You see, the browsers are in a unique position to influence the internet. You can’t access the web without a browser, can you? And it goes well beyond that. Browsers can tell users that sites are dangerous. They can block sites entirely. Many browsers are owned by companies that also own search engines and we don’t need to tell you how influential SEO and search rankings are, do we?
Well, the browsers are acutely aware of their positioning in the market and they are more than happy to leverage that position to affect change across the internet. That’s what they’re doing here.
Already Google has been giving an SEO boost to sites with encryption. Right now that boost is worth about 5%, but it can go up at any moment. The browsers have also decided to withhold premium features from unencrypted websites. And then newer advances like the faster, safer HTTP/2 protocol are only for sites with SSL too.
But those are subtle compared to what’s about to happen. In fact, it’s already begun. There are visual indicators that appear in the address bar of every browser. Right now unencrypted sites get neutral indicators while encrypted sites get positives ones. But soon, unencrypted sites will begin getting negative indicators, and the words “not secure” will appear next to their URL.

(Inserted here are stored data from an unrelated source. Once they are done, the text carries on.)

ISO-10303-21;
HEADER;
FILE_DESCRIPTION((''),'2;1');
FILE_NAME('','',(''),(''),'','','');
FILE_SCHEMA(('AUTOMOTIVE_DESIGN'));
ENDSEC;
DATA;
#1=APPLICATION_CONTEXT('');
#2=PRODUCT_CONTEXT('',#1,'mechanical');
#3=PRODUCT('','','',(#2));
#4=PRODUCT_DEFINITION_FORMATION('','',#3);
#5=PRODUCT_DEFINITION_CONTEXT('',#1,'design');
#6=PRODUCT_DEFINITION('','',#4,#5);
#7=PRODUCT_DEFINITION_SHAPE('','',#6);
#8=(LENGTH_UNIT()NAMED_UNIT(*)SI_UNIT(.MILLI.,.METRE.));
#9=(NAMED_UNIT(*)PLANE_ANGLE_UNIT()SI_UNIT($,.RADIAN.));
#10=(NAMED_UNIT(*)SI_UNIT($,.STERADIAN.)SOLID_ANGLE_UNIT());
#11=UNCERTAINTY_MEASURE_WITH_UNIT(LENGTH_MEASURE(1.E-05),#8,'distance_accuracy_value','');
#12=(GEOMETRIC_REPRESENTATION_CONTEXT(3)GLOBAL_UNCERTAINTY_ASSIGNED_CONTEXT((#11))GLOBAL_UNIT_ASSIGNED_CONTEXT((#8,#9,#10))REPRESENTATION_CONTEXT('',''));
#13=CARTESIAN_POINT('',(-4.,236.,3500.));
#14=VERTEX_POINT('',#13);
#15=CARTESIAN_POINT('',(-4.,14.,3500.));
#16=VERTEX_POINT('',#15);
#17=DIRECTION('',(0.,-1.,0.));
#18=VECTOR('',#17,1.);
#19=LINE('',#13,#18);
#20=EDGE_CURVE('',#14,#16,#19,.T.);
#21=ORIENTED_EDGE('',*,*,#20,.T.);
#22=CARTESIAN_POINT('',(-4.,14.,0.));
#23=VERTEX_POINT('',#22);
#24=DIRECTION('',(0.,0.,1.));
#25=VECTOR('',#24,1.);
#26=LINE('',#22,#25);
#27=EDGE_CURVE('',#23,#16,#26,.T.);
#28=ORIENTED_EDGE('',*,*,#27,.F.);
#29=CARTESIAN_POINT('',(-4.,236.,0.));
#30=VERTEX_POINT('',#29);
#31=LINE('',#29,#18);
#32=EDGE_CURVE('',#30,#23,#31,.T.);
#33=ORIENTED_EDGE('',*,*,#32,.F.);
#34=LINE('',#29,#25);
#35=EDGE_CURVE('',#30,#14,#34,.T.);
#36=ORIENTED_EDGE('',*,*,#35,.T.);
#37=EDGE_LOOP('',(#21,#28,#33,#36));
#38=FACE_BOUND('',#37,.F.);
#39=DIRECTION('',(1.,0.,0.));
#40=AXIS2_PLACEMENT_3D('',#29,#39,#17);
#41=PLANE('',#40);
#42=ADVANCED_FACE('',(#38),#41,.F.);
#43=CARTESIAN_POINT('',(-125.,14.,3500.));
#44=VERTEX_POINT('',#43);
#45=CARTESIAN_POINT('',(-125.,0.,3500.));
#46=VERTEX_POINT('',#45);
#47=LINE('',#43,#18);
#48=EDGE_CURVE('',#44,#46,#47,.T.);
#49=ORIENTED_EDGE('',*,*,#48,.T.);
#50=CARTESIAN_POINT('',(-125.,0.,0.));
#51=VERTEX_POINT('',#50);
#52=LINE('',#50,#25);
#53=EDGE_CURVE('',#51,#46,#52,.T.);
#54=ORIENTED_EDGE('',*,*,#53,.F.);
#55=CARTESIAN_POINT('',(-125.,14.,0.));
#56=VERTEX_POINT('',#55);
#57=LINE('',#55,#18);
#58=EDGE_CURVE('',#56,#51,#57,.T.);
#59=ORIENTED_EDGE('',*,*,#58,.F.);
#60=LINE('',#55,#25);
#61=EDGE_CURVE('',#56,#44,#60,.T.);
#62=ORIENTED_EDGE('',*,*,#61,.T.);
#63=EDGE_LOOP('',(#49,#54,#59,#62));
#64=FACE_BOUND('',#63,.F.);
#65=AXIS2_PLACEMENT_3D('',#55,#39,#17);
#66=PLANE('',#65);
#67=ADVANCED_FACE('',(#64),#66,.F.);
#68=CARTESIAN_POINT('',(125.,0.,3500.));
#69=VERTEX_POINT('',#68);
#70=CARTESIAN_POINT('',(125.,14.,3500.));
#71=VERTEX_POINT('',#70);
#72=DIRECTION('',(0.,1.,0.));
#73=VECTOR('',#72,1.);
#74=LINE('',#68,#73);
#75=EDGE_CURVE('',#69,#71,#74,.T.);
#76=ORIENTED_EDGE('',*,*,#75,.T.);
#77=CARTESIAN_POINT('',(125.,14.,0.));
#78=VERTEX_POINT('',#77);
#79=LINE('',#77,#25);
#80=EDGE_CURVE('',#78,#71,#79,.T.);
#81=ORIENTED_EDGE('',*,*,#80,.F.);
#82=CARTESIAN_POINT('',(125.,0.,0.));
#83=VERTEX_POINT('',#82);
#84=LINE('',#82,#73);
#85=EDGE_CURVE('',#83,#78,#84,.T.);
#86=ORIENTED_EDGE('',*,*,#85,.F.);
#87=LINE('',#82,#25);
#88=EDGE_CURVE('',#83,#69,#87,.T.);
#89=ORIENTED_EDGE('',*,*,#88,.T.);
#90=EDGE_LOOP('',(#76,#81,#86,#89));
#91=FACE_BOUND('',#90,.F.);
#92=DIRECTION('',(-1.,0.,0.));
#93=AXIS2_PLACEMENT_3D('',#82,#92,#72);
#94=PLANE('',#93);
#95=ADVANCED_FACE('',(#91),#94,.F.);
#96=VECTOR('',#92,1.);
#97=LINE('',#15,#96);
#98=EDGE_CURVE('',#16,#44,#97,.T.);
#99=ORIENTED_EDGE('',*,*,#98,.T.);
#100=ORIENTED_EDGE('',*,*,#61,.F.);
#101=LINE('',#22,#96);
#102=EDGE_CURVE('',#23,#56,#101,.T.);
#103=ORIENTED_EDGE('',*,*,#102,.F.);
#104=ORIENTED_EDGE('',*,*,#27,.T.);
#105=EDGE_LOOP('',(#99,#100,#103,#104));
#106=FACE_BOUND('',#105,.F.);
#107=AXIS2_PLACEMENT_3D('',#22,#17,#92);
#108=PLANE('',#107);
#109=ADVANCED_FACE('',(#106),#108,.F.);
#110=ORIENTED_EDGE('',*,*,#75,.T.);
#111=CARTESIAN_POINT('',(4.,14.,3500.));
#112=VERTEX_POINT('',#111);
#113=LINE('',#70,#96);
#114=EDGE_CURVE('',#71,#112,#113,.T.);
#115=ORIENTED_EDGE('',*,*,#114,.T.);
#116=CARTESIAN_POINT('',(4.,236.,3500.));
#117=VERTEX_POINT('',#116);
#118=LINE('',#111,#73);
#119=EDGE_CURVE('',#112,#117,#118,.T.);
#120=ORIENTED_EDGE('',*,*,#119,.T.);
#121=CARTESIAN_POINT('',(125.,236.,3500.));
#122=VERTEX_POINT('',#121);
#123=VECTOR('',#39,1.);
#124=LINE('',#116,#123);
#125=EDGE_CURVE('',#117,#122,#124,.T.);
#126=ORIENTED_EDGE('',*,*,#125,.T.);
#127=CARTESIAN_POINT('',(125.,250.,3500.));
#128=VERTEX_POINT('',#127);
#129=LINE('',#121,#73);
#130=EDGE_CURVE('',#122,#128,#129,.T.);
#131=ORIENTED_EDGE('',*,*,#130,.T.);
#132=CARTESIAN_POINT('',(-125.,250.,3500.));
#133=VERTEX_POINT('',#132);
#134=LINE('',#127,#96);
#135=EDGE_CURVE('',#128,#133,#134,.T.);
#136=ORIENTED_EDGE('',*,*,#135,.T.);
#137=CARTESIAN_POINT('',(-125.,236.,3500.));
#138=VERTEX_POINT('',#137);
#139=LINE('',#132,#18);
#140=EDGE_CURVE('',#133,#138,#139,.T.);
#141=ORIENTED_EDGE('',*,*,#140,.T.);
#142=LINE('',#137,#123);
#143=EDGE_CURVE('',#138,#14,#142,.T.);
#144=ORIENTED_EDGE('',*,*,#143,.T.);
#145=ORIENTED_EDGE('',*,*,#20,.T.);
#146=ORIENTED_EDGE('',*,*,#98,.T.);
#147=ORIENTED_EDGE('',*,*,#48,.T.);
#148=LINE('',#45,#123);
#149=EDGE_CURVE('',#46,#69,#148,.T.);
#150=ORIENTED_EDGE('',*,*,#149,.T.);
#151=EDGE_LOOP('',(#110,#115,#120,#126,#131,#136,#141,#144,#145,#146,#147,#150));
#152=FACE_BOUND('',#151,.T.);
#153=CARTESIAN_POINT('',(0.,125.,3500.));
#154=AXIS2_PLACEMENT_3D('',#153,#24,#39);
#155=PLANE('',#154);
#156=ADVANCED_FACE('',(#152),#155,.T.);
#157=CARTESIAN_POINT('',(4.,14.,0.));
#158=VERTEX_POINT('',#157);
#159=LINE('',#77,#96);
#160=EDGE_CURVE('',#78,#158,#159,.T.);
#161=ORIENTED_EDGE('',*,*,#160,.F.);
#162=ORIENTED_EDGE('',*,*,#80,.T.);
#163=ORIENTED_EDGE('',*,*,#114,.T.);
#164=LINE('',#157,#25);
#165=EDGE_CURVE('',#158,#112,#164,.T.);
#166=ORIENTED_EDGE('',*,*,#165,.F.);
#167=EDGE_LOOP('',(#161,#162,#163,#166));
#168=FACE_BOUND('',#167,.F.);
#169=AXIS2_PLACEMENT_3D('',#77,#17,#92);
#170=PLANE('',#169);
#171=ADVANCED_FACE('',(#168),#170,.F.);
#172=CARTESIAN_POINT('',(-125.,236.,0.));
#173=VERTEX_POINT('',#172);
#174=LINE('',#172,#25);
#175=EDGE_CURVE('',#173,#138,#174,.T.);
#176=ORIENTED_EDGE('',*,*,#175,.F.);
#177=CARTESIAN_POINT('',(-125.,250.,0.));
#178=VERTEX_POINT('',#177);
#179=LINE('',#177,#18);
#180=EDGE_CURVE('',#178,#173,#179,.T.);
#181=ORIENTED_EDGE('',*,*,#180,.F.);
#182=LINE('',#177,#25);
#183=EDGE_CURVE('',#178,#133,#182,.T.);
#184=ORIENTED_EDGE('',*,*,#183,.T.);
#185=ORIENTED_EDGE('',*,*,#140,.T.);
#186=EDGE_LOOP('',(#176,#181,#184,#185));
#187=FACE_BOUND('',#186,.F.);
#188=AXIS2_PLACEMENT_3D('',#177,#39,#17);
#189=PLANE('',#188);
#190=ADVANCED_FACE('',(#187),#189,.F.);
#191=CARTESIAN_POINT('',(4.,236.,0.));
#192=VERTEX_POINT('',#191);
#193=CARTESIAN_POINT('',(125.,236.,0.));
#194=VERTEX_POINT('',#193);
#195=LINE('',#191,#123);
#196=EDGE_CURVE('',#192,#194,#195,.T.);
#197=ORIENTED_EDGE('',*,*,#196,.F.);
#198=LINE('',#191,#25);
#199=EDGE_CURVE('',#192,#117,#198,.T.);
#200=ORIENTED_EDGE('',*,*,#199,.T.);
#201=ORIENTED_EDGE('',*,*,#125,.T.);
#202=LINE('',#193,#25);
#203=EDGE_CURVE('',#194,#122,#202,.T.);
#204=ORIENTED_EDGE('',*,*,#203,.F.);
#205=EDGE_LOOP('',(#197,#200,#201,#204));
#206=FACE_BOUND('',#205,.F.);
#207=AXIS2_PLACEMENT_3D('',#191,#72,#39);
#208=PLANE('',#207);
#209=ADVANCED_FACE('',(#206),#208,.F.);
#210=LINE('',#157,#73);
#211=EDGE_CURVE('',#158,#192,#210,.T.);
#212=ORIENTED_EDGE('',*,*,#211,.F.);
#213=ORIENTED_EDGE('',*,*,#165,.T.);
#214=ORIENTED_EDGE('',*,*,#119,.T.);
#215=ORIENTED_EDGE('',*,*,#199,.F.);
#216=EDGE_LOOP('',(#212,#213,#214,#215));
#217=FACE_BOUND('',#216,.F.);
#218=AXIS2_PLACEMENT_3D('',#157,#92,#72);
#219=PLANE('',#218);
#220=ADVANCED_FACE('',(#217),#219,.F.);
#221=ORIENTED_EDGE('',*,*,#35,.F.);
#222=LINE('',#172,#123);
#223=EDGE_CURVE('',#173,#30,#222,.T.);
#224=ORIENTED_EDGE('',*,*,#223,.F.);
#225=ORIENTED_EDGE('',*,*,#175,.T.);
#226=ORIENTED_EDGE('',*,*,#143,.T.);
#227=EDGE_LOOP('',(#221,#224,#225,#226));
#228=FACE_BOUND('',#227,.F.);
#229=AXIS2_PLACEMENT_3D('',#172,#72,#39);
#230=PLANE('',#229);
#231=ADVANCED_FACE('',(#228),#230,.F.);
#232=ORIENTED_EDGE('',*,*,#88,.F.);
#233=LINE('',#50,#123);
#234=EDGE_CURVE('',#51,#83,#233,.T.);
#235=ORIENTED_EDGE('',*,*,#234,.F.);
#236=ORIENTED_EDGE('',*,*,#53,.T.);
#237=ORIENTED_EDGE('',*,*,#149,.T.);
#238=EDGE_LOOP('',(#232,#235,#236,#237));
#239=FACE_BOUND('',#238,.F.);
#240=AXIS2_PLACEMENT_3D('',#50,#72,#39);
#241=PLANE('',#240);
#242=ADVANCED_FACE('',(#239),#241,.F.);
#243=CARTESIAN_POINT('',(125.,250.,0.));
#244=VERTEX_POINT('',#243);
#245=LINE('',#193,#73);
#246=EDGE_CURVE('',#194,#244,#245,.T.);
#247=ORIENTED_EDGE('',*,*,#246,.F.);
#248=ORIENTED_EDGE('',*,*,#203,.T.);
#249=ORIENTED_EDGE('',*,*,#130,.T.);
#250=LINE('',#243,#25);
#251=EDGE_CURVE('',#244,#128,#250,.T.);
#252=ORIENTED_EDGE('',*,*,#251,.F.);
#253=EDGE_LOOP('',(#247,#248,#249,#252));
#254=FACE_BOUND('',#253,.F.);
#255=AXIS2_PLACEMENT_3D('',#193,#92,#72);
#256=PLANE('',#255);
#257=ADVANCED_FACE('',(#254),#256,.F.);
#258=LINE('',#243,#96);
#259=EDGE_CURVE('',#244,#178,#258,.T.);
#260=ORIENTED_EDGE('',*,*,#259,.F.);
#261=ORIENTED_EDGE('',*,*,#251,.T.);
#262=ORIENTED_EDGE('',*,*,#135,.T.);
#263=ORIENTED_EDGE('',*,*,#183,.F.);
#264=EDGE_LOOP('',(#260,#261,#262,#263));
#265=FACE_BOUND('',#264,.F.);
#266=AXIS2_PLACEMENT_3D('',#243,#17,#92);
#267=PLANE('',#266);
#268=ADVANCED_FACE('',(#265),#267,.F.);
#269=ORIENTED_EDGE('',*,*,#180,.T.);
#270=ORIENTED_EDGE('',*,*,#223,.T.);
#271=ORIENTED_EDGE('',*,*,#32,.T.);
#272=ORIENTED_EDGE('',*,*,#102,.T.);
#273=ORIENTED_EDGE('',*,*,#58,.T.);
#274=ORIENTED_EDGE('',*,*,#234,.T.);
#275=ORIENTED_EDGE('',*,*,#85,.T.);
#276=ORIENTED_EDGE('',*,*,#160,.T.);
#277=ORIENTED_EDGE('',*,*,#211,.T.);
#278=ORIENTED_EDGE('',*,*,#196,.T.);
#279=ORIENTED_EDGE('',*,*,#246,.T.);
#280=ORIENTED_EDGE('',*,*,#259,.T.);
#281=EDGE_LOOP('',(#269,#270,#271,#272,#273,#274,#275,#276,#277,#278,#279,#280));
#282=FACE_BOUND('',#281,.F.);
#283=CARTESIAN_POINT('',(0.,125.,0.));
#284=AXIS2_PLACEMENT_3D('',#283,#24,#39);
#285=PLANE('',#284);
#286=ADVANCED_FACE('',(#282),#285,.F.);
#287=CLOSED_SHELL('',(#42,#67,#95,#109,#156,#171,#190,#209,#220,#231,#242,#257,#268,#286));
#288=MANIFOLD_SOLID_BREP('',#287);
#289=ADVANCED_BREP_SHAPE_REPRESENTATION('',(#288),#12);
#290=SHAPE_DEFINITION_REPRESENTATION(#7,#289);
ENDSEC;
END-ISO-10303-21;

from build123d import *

# Parameters (mm, degrees)
F1_DEPTH = 3500


with BuildPart() as f1:
    # F0 (on Top) → F1 (new body)
    with BuildSketch(Plane.XY):
        Polygon((125, 250), (0, 250), (-125, 250), (-125, 236), (-4, 236), (-4, 14), (-125, 14), (-125, 0), (0, 0), (125, 0), (125, 14), (4, 14), (4, 236), (125, 236), align=None)
    extrude(amount=F1_DEPTH)


solid = f1.part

After that, the browsers will begin issuing warnings to users before visiting unencrypted sites. And that’s where the real pain will begin. Because the majority of internet users will not continue to a site when prompted with a warning about it not being safe.
That’s going to have a huge impact on any site—especially business sites.
Even if you don’t feel like you need encryption for security, you now need it just to stay competitive. Hey, don’t blame us—blame the browsers for trying to make the internet a safer place. The nerve.
So there you have it. Encryption is a practice wherein information is encoded in such a way that only an authorized party can read it. It’s really an integral part of any web security strategy. And now, it’s also a basic requirement on the internet.